### [WHAT YOU HAVE TO DO]
Please copy, exactly as they appear below, the lines from the one containing "line L26 (1.4, -28) -> (1.4, 28)" through the one containing "line L53 (-19.4, -28) -> (-22.6, -28)".

(Items from a dataset)
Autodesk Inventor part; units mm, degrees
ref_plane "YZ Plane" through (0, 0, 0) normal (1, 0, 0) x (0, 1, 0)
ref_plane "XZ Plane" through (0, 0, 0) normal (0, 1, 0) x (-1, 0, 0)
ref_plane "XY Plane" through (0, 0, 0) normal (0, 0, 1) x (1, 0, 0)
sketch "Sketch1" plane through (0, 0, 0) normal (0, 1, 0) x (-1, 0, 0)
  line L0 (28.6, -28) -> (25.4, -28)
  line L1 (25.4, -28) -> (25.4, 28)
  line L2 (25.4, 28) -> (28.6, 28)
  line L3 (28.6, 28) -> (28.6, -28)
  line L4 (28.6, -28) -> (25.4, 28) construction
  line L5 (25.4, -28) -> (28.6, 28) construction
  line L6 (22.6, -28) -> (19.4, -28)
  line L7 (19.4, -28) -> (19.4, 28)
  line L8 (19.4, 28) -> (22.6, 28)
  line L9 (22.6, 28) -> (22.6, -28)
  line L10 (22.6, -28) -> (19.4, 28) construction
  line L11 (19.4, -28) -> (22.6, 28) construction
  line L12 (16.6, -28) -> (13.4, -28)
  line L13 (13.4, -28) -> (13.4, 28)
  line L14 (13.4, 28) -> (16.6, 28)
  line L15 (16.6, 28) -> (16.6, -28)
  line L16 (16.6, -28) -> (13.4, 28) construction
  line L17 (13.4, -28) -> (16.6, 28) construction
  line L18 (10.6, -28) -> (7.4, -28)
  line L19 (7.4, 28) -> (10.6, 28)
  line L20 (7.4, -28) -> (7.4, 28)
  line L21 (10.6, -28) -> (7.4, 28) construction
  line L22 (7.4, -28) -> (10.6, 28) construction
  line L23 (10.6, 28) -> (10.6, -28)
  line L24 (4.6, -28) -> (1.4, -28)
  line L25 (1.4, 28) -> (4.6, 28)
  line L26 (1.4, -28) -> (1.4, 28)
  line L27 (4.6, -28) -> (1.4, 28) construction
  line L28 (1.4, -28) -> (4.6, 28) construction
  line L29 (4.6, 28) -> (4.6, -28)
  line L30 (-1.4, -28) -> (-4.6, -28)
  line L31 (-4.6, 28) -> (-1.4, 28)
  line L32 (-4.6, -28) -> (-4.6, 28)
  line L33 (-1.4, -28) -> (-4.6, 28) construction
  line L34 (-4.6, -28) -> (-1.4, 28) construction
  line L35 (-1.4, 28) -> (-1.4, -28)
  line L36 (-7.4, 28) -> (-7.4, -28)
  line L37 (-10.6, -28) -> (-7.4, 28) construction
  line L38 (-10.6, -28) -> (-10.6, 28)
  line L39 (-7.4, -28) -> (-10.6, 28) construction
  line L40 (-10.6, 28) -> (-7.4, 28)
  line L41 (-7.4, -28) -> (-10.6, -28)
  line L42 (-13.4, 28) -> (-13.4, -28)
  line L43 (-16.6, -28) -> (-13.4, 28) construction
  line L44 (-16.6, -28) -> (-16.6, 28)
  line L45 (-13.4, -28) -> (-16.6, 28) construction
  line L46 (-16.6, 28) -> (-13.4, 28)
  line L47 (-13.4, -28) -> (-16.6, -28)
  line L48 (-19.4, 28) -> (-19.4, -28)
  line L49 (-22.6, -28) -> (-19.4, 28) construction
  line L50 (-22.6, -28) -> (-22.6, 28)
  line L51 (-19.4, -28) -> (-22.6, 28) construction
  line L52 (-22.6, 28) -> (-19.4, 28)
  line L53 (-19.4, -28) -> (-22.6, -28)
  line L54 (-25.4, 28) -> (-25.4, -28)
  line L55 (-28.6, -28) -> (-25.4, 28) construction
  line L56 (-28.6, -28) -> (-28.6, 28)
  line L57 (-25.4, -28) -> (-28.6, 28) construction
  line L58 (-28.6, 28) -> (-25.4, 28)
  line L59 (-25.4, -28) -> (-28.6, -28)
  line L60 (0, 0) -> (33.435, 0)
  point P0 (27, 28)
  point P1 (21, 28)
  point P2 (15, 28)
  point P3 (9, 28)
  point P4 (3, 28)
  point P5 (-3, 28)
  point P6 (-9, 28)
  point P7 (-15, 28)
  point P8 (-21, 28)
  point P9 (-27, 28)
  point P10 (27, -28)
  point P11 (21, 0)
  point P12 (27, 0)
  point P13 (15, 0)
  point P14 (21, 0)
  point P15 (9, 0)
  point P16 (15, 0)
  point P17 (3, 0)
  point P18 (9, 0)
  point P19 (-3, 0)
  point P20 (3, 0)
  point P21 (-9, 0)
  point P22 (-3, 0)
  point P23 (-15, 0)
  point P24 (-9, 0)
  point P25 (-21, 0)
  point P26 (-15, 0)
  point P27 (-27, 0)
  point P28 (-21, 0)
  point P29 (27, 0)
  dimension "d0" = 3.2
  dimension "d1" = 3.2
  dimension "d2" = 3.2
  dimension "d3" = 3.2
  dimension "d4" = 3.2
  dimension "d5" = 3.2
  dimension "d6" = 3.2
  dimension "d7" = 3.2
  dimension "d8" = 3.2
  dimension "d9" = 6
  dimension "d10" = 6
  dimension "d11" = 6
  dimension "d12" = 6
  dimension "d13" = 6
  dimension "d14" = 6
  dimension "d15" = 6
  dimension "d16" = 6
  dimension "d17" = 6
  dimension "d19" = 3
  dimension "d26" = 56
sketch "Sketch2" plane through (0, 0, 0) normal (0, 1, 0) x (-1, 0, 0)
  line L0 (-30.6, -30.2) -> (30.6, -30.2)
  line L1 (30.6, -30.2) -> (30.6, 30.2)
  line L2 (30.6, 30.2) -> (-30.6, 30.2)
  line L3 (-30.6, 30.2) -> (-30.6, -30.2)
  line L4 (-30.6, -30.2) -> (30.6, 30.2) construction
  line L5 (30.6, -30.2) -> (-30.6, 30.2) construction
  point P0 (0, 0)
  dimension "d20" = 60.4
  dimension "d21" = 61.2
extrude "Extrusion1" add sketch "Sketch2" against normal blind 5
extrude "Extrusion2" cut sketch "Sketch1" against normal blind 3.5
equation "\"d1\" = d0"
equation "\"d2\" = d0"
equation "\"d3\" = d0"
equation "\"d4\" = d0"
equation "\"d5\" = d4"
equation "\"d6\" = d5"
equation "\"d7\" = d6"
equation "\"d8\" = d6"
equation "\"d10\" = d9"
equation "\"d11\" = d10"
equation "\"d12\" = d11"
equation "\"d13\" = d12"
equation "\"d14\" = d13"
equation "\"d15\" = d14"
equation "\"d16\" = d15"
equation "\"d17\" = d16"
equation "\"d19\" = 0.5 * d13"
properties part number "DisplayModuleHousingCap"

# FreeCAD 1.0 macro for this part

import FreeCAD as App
import Part
import Sketcher
from FreeCAD import Vector
Q = App.Units.Quantity


def add_polygon(sketch, points):
    """Adds a closed chain of lines whose ends are joined by coincident constraints."""
    first, n = sketch.GeometryCount, len(points)
    for a, b in zip(points, points[1:] + points[:1]):
        sketch.addGeometry(Part.LineSegment(App.Vector(*a, 0), App.Vector(*b, 0)), False)
    for i in range(n):
        sketch.addConstraint(Sketcher.Constraint("Coincident", first + i, 2, first + (i + 1) % n, 1))

doc = App.newDocument("Part")
body = doc.addObject("PartDesign::Body", "Body")

sketch1 = body.newObject("Sketcher::SketchObject", "Sketch")
sketch1.AttachmentSupport = (doc.getObject("XZ_Plane"), [""])
sketch1.MapMode = "FlatFace"
add_polygon(sketch1, [(31, 30), (31, -30), (-31, -30), (-31, 30)])
sketch1.addConstraint([
    Sketcher.Constraint("Vertical", 0),
    Sketcher.Constraint("Horizontal", 1),
    Sketcher.Constraint("Vertical", 2),
    Sketcher.Constraint("Horizontal", 3),
    Sketcher.Constraint("Symmetric", 0, 2, 2, 2, -1, 1),
    Sketcher.Constraint("DistanceX", 1, 2, 1, 1, Q("61.2 mm")),
    Sketcher.Constraint("DistanceY", 0, 2, 0, 1, Q("60.4 mm")),
])
pad1 = body.newObject("PartDesign::Pad", "Pad")
pad1.Profile = sketch1
pad1.Length = 5

sketch2 = body.newObject("Sketcher::SketchObject", "Sketch001")
sketch2.AttachmentSupport = (doc.getObject("XZ_Plane"), [""])
sketch2.MapMode = "FlatFace"
add_polygon(sketch2, [(-4.6, -28), (-4.6, 28), (-1.4, 28), (-1.4, -28)])
add_polygon(sketch2, [(-10.6, -28), (-10.6, 28), (-7.4, 28), (-7.4, -28)])
add_polygon(sketch2, [(-16.6, -28), (-16.6, 28), (-13.4, 28), (-13.4, -28)])
add_polygon(sketch2, [(-22.6, -28), (-22.6, 28), (-19.4, 28), (-19.4, -28)])
add_polygon(sketch2, [(-25.4, -28), (-28.6, -28), (-28.6, 28), (-25.4, 28)])
add_polygon(sketch2, [(4.6, -28), (1.4, -28), (1.4, 28), (4.6, 28)])
add_polygon(sketch2, [(7.4, -28), (7.4, 28), (10.6, 28), (10.6, -28)])
add_polygon(sketch2, [(13.4, -28), (13.4, 28), (16.6, 28), (16.6, -28)])
add_polygon(sketch2, [(19.4, -28), (19.4, 28), (22.6, 28), (22.6, -28)])
add_polygon(sketch2, [(25.4, -28), (25.4, 28), (28.6, 28), (28.6, -28)])
sketch2.addConstraint([
    Sketcher.Constraint("Vertical", 0),
    Sketcher.Constraint("Horizontal", 1),
    Sketcher.Constraint("Vertical", 2),
    Sketcher.Constraint("Horizontal", 3),
    Sketcher.Constraint("Vertical", 4),
    Sketcher.Constraint("Horizontal", 5),
    Sketcher.Constraint("Vertical", 6),
    Sketcher.Constraint("Horizontal", 7),
    Sketcher.Constraint("Vertical", 8),
    Sketcher.Constraint("Horizontal", 9),
    Sketcher.Constraint("Vertical", 10),
    Sketcher.Constraint("Horizontal", 11),
    Sketcher.Constraint("Vertical", 12),
    Sketcher.Constraint("Horizontal", 13),
    Sketcher.Constraint("Vertical", 14),
    Sketcher.Constraint("Horizontal", 15),
    Sketcher.Constraint("Horizontal", 16),
    Sketcher.Constraint("Vertical", 17),
    Sketcher.Constraint("Horizontal", 18),
    Sketcher.Constraint("Vertical", 19),
    Sketcher.Constraint("Horizontal", 20),
    Sketcher.Constraint("Vertical", 21),
    Sketcher.Constraint("Horizontal", 22),
    Sketcher.Constraint("Vertical", 23),
    Sketcher.Constraint("Vertical", 24),
    Sketcher.Constraint("Horizontal", 25),
    Sketcher.Constraint("Vertical", 26),
    Sketcher.Constraint("Horizontal", 27),
    Sketcher.Constraint("Vertical", 28),
    Sketcher.Constraint("Horizontal", 29),
    Sketcher.Constraint("Vertical", 30),
    Sketcher.Constraint("Horizontal", 31),
    Sketcher.Constraint("Vertical", 32),
    Sketcher.Constraint("Horizontal", 33),
    Sketcher.Constraint("Vertical", 34),
    Sketcher.Constraint("Horizontal", 35),
    Sketcher.Constraint("Vertical", 36),
    Sketcher.Constraint("Horizontal", 37),
    Sketcher.Constraint("Vertical", 38),
    Sketcher.Constraint("Horizontal", 39),
    Sketcher.Constraint("Symmetric", 1, 2, 20, 2, -1, 1),
    Sketcher.Constraint("Symmetric", 3, 2, 22, 2, -1, 1),
    Sketcher.Constraint("Symmetric", 6, 2, 24, 2, -1, 1),
    Sketcher.Constraint("Symmetric", 4, 2, 26, 2, -1, 1),
    Sketcher.Constraint("Symmetric", 10, 2, 28, 2, -1, 1),
    Sketcher.Constraint("Symmetric", 8, 2, 30, 2, -1, 1),
    Sketcher.Constraint("Symmetric", 14, 2, 32, 2, -1, 1),
    Sketcher.Constraint("Symmetric", 12, 2, 34, 2, -1, 1),
    Sketcher.Constraint("Symmetric", 19, 2, 36, 2, -1, 1),
    Sketcher.Constraint("Symmetric", 17, 2, 38, 2, -1, 1),
    Sketcher.Constraint("Horizontal", 1, 2, 4, 2),
    Sketcher.Constraint("Horizontal", 3, 2, 6, 2),
    Sketcher.Constraint("Horizontal", 5, 2, 8, 2),
    Sketcher.Constraint("Horizontal", 7, 2, 10, 2),
    Sketcher.Constraint("Horizontal", 9, 2, 12, 2),
    Sketcher.Constraint("Horizontal", 11, 2, 14, 2),
    Sketcher.Constraint("Horizontal", 15, 2, 16, 2),
    Sketcher.Constraint("Horizontal", 13, 2, 17, 2),
    Sketcher.Constraint("Horizontal", 19, 2, 20, 2),
    Sketcher.Constraint("Equal", 3, 5),
    Sketcher.Constraint("Equal", 7, 9),
    Sketcher.Constraint("Equal", 11, 13),
    Sketcher.Constraint("Equal", 15, 16),
    Sketcher.Constraint("DistanceY", 0, 1, 0, 2, Q("56 mm")),
    Sketcher.Constraint("DistanceX", 1, 1, 1, 2, Q("3.2 mm")),
    Sketcher.Constraint("DistanceX", 4, 2, 0, 2, Q("6 mm")),
    Sketcher.Constraint("DistanceX", 8, 2, 4, 2, Q("6 mm")),
    Sketcher.Constraint("DistanceX", 12, 2, 8, 2, Q("6 mm")),
    Sketcher.Constraint("DistanceX", 16, 2, 15, 2, Q("6 mm")),
    Sketcher.Constraint("DistanceX", 3, 2, 20, 2, Q("6 mm")),
])
pocket1 = body.newObject("PartDesign::Pocket", "Pocket")
pocket1.Profile = sketch2
pocket1.Length = 3.5
pocket1.Reversed = True

doc.recompute()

### [RESPONSE TO THIS TASK]
  line L26 (1.4, -28) -> (1.4, 28)
  line L27 (4.6, -28) -> (1.4, 28) construction
  line L28 (1.4, -28) -> (4.6, 28) construction
  line L29 (4.6, 28) -> (4.6, -28)
  line L30 (-1.4, -28) -> (-4.6, -28)
  line L31 (-4.6, 28) -> (-1.4, 28)
  line L32 (-4.6, -28) -> (-4.6, 28)
  line L33 (-1.4, -28) -> (-4.6, 28) construction
  line L34 (-4.6, -28) -> (-1.4, 28) construction
  line L35 (-1.4, 28) -> (-1.4, -28)
  line L36 (-7.4, 28) -> (-7.4, -28)
  line L37 (-10.6, -28) -> (-7.4, 28) construction
  line L38 (-10.6, -28) -> (-10.6, 28)
  line L39 (-7.4, -28) -> (-10.6, 28) construction
  line L40 (-10.6, 28) -> (-7.4, 28)
  line L41 (-7.4, -28) -> (-10.6, -28)
  line L42 (-13.4, 28) -> (-13.4, -28)
  line L43 (-16.6, -28) -> (-13.4, 28) construction
  line L44 (-16.6, -28) -> (-16.6, 28)
  line L45 (-13.4, -28) -> (-16.6, 28) construction
  line L46 (-16.6, 28) -> (-13.4, 28)
  line L47 (-13.4, -28) -> (-16.6, -28)
  line L48 (-19.4, 28) -> (-19.4, -28)
  line L49 (-22.6, -28) -> (-19.4, 28) construction
  line L50 (-22.6, -28) -> (-22.6, 28)
  line L51 (-19.4, -28) -> (-22.6, 28) construction
  line L52 (-22.6, 28) -> (-19.4, 28)
  line L53 (-19.4, -28) -> (-22.6, -28)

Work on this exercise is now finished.